Looking in indexes: https://pypi.org/simple, https://us-python.pkg.dev/colab-wheels/public/simple/
[nltk_data] Downloading package brown to /root/nltk_data...
[nltk_data]   Package brown is already up-to-date!
[nltk_data] Downloading package punkt to /root/nltk_data...
[nltk_data]   Package punkt is already up-to-date!
[nltk_data] Downloading package wordnet to /root/nltk_data...
[nltk_data]   Package wordnet is already up-to-date!
[nltk_data] Downloading package averaged_perceptron_tagger to
[nltk_data]     /root/nltk_data...
[nltk_data]   Package averaged_perceptron_tagger is already up-to-
[nltk_data]       date!
[nltk_data] Downloading package conll2000 to /root/nltk_data...
[nltk_data]   Package conll2000 is already up-to-date!
[nltk_data] Downloading package movie_reviews to /root/nltk_data...
[nltk_data]   Package movie_reviews is already up-to-date!
Finished.
Looking in indexes: https://pypi.org/simple, https://us-python.pkg.dev/colab-wheels/public/simple/


In [28]:
import pandas as pd
import os
from bs4 import BeautifulSoup
import re
import math
import numpy as np
import pickle
from sentence_transformers import SentenceTransformer
from sklearn.metrics.pairwise import cosine_similarity
import nltk
nltk.download('stopwords')
nltk.download('wordnet')
from nltk.stem import WordNetLemmatizer
from nltk.corpus import stopwords

[nltk_data] Downloading package stopwords to /root/nltk_data...
[nltk_data]   Package stopwords is already up-to-date!
[nltk_data] Downloading package wordnet to /root/nltk_data...
[nltk_data]   Package wordnet is already up-to-date!


In [29]:
# Only if you use Colab
from google.colab import drive
drive.mount('/content/drive')

Drive already mounted at /content/drive; to attempt to forcibly remount, call drive.mount("/content/drive", force_remount=True).


In [30]:
DATAPATH = 'drive/MyDrive/EI_web_data/Data'

###Save and load data

In [31]:
# Save and Load your data in Pickle format

def save_data(savepath, file_name, obj):
    with open(os.path.join(savepath, file_name), 'wb') as file:
      pickle.dump(obj, file)

def load_data(savepath, file_name):
    with open(os.path.join(savepath, file_name),'rb') as file:
      return pickle.load(file)

## Extraction the data

In [32]:
def remove_tags(text:str)->str:
  '''retire les balises html du texte'''
  soup = BeautifulSoup(text, 'html.parser')
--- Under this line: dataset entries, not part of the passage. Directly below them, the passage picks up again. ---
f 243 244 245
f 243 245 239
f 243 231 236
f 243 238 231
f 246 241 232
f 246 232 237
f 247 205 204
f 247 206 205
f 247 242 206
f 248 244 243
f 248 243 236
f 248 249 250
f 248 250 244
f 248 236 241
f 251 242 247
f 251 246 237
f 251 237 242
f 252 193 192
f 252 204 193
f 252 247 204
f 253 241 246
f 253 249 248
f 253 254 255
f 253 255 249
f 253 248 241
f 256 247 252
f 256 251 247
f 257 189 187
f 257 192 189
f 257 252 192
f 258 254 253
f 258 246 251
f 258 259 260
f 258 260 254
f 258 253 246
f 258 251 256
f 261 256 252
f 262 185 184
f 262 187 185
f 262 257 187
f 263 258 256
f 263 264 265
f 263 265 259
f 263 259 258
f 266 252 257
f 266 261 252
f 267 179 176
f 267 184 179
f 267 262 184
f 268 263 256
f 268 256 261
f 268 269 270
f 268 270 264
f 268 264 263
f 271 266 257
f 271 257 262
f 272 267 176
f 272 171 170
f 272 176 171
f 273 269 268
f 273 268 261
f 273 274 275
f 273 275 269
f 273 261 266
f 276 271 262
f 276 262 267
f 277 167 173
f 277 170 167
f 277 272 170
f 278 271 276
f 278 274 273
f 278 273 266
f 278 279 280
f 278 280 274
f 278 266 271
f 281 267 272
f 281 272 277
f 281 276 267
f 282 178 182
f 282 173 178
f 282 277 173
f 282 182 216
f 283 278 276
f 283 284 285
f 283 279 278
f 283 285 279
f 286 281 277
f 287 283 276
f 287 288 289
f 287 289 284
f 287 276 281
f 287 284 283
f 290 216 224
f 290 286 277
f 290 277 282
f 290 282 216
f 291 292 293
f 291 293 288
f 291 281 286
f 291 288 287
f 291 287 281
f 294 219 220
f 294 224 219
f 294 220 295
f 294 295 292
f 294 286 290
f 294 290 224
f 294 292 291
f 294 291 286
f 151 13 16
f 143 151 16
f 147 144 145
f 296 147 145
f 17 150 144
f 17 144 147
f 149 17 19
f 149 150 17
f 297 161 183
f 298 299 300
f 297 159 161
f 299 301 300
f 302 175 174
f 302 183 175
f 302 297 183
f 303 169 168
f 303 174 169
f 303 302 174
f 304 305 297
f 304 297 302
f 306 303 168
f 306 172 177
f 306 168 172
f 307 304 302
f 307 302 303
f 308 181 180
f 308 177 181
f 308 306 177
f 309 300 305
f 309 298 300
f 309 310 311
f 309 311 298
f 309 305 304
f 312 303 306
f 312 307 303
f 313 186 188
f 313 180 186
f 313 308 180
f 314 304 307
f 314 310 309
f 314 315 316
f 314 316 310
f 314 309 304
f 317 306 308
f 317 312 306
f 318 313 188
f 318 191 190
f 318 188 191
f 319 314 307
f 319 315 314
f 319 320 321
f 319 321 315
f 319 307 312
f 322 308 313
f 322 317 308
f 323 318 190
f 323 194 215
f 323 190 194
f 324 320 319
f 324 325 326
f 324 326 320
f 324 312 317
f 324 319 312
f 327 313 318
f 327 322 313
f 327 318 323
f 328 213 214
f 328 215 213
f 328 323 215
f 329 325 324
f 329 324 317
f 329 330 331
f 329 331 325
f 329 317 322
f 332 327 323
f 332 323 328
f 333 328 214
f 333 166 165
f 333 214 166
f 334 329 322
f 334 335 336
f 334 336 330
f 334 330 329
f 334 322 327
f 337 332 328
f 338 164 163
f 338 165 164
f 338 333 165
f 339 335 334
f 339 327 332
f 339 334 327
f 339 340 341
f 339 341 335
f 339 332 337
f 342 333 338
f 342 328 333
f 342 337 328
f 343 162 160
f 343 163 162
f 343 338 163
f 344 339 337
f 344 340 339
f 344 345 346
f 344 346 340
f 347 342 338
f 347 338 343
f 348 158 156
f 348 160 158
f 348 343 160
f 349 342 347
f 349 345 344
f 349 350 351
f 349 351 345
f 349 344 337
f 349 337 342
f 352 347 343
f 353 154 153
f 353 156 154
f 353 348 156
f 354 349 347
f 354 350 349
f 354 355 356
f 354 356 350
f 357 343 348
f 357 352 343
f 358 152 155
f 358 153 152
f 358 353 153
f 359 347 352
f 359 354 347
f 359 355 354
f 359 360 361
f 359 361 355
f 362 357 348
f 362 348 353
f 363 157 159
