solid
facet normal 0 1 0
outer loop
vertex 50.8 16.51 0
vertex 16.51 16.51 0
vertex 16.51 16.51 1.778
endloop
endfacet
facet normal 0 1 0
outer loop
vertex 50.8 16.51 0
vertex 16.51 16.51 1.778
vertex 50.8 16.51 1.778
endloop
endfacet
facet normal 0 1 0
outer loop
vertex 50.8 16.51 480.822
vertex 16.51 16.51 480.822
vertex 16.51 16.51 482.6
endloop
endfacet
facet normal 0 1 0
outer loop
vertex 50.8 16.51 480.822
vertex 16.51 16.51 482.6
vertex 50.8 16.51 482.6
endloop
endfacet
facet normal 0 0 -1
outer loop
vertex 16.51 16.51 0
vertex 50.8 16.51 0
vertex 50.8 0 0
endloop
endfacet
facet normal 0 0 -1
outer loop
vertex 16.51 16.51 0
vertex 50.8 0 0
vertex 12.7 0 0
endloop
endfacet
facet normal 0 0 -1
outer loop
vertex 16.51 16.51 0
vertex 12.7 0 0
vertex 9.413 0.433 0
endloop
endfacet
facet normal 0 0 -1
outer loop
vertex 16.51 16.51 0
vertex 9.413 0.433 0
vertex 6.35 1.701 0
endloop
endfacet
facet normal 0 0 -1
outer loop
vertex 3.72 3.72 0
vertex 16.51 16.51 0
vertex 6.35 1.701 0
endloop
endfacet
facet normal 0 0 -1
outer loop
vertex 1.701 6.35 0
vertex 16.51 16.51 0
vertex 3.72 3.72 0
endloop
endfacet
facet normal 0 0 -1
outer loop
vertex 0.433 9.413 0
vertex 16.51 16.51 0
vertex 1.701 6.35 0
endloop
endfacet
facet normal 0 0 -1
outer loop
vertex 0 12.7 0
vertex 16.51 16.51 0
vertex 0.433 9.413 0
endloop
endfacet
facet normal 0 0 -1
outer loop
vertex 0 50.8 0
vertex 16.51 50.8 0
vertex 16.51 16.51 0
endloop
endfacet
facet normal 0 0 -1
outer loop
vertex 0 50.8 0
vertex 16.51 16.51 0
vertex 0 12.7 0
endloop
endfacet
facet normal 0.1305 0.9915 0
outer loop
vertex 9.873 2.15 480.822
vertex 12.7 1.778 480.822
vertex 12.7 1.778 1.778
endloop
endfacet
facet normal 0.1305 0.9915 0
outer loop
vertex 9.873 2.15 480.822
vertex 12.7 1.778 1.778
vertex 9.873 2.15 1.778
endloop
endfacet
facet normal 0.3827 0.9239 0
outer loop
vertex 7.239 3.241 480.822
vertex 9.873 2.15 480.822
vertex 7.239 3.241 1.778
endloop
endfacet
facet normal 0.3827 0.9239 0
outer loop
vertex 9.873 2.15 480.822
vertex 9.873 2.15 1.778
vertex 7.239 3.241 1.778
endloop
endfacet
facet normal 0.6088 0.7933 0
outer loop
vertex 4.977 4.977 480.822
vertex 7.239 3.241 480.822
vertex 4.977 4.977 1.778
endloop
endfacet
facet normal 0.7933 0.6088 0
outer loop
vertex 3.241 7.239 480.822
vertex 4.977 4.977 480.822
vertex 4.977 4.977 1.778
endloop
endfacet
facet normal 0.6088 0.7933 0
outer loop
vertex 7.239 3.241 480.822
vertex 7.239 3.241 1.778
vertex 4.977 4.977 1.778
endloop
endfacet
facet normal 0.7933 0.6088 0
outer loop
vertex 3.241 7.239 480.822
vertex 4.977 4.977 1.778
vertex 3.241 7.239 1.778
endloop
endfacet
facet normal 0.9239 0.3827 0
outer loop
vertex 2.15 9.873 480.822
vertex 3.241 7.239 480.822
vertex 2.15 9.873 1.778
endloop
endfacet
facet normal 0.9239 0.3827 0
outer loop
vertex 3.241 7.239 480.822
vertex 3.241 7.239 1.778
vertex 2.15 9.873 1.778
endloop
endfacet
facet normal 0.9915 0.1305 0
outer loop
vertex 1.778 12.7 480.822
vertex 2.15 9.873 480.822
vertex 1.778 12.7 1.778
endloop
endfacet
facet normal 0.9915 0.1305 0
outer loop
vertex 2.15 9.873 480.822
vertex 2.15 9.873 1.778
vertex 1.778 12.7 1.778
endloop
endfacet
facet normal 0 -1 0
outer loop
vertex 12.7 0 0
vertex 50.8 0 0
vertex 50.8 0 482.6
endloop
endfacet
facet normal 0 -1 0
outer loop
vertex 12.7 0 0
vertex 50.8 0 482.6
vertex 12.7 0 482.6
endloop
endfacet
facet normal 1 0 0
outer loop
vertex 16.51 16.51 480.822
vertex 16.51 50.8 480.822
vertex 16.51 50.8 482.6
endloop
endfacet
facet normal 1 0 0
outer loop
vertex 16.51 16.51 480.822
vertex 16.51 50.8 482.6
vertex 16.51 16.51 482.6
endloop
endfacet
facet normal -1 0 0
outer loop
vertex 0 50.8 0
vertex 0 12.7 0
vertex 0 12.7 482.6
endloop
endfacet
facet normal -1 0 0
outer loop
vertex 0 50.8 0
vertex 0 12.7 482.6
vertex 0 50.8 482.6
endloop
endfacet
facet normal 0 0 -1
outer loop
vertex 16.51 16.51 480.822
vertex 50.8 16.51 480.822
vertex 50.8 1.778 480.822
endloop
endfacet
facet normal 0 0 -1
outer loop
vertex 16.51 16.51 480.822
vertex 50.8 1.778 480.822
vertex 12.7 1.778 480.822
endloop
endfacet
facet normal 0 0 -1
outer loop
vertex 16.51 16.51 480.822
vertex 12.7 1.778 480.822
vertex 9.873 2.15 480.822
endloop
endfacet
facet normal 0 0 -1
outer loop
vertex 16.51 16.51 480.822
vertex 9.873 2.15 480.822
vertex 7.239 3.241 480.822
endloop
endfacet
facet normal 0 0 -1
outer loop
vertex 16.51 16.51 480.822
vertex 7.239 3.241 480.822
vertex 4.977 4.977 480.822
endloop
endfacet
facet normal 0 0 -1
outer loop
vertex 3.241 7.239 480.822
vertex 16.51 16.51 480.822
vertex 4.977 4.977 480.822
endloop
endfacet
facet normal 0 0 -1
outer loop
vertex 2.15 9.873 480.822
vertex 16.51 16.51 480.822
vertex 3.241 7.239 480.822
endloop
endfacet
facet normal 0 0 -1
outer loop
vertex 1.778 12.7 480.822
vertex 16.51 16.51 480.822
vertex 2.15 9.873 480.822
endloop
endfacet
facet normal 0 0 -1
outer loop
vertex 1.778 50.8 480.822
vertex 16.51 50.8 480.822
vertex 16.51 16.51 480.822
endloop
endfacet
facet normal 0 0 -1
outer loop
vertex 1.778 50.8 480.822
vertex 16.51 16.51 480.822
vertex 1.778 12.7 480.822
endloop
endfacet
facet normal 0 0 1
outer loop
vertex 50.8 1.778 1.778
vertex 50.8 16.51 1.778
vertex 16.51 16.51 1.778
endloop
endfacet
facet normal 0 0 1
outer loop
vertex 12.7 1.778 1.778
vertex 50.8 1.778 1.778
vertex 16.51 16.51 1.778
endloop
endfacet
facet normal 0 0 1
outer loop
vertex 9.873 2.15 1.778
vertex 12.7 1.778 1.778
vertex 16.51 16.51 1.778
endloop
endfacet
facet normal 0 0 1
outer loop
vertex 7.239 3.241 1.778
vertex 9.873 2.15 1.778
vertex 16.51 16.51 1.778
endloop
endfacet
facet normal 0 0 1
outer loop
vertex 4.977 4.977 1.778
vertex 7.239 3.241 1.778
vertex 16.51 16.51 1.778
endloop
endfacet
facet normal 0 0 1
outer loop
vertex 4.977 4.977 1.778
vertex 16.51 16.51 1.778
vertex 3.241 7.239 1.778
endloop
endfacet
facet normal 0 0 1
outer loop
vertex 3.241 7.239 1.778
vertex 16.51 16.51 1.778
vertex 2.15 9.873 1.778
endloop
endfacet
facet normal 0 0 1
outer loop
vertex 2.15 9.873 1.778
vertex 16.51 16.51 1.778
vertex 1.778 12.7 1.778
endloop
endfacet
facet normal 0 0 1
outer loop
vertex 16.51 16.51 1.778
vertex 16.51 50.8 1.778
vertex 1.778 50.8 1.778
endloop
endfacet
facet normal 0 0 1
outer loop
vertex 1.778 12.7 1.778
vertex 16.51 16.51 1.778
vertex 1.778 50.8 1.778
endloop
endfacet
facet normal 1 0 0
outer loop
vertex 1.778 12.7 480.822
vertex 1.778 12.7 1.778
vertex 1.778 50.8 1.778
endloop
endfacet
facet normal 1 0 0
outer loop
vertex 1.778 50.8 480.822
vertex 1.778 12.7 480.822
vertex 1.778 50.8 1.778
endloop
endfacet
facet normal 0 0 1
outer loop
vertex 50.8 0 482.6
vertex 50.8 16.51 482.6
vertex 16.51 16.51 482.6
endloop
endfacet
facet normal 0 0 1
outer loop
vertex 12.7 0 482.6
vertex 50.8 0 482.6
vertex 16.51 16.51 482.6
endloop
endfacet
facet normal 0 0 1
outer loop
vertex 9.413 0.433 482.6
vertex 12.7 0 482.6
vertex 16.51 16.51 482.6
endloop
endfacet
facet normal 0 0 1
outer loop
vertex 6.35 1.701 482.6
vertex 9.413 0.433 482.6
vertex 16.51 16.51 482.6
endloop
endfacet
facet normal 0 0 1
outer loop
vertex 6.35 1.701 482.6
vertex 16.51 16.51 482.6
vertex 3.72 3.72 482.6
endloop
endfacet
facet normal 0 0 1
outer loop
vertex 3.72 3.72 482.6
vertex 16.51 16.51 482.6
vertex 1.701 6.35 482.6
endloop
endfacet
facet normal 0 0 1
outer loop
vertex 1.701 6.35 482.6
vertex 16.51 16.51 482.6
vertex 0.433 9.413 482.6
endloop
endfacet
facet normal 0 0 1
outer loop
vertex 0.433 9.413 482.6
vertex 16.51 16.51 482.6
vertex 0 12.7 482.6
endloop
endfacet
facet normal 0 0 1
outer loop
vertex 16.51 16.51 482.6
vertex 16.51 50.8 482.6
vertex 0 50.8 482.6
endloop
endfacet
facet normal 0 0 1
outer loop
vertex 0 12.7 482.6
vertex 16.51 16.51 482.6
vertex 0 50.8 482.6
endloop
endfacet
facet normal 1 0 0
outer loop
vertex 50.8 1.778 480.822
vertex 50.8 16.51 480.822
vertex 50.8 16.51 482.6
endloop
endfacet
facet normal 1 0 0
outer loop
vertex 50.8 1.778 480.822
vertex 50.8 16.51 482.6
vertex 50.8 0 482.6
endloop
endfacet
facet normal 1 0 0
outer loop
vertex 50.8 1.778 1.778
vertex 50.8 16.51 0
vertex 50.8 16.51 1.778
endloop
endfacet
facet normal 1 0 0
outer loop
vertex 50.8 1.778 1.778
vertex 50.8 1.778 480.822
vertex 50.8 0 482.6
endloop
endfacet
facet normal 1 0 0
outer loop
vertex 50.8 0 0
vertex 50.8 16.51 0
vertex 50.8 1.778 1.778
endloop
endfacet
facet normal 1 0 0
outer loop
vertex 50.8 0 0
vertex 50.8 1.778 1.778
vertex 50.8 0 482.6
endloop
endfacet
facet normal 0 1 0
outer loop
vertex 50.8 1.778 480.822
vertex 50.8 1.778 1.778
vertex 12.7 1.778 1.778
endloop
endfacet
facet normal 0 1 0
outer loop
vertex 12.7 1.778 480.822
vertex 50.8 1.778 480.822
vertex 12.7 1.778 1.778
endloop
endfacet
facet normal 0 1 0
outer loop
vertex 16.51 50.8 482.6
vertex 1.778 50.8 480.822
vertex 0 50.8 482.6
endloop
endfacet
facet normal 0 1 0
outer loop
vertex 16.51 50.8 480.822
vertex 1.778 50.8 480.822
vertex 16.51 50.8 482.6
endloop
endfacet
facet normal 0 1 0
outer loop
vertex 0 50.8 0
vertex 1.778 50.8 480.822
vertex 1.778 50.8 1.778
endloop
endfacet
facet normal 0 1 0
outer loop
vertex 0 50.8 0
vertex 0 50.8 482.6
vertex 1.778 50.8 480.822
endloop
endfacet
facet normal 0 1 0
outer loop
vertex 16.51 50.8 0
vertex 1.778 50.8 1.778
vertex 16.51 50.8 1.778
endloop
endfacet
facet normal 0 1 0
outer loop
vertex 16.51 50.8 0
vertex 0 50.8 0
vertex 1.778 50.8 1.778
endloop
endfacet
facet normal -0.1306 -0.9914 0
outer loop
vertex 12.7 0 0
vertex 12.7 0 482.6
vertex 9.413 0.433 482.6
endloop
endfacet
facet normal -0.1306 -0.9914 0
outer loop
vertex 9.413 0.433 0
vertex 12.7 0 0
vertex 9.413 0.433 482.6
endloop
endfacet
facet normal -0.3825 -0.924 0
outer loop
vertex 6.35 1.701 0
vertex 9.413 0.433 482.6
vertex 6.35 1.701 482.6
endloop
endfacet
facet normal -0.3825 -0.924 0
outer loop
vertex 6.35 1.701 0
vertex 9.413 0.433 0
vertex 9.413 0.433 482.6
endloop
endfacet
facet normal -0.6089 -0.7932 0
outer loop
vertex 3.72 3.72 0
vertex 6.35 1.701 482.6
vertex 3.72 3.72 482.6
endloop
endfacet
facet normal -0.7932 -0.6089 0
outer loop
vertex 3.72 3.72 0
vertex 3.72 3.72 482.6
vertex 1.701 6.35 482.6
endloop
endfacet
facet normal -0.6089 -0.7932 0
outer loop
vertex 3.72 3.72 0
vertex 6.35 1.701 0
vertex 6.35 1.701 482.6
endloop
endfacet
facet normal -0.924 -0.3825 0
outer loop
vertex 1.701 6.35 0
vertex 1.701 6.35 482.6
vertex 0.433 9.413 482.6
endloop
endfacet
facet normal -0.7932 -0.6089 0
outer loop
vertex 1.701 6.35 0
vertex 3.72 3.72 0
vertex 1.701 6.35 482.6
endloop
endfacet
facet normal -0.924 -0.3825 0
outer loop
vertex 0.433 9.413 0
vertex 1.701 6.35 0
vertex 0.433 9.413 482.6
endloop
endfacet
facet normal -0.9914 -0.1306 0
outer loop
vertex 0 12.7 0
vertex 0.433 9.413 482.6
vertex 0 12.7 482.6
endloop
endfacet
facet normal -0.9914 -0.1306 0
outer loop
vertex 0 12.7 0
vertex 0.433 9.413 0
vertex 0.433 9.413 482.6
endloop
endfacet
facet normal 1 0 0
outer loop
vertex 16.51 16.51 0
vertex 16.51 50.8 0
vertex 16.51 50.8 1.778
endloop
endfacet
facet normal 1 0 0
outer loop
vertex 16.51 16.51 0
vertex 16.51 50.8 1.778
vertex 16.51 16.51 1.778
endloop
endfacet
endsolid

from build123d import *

# Parameters (mm, degrees)
BOSS_EXTRUDE1_DEPTH = 482.6
SHELL1_T            = -1.778


with BuildPart() as part:
    # Sketch1 → Boss-Extrude1 (new body)
    with BuildSketch(Plane.XY):
        with BuildLine():
            Line((0, 12.7), (0, 50.8))
            Line((0, 50.8), (16.51, 50.8))
            Line((16.51, 50.8), (16.51, 16.51))
            Line((16.51, 16.51), (50.8, 16.51))
            Line((50.8, 16.51), (50.8, 0))
            Line((50.8, 0), (12.7, 0))
            ThreePointArc((12.7, 0), (3.719743879, 3.719743879), (0, 12.7))
        make_face()
    extrude(amount=BOSS_EXTRUDE1_DEPTH)

    # Shell1
    shell1_openings = [part.faces().sort_by_distance(p)[0] for p in [
        (16.51, 33.655, 241.3),
        (33.655, 16.51, 241.3),
        (50.8, 8.255, 241.3),
        (8.255, 50.8, 241.3),
    ]]
    offset(amount=SHELL1_T, openings=shell1_openings, kind=Kind.INTERSECTION)


solid = part.part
  # Supprimer toutes les balises de script et de style
  for script in soup(['script', 'style']):
    script.extract()

  # Obtenir le texte propre sans balises
  texte_propre = soup.get_text()
  
  # Supprimer les espaces supplémentaires et les sauts de ligne
  texte_propre = re.sub(r'\s+', ' ', texte_propre)

  return texte_propre

def extract_tokens(text:str)->list:
  '''récupère (tous) les mots de chaque phrase'''
  tokens=re.findall(r'\w+', text)     
  return [token.lower() for token in tokens]

def lemmatize(tokens:list)->list:
  '''lemmatise tous les mots de la liste'''
  wnl = WordNetLemmatizer()
  return [wnl.lemmatize(token) for token in tokens]

def remove_stopwords(word_list):
  '''retire tous les stopwords de la liste'''
  return [word for word in word_list if word not in stopwords.words('english')]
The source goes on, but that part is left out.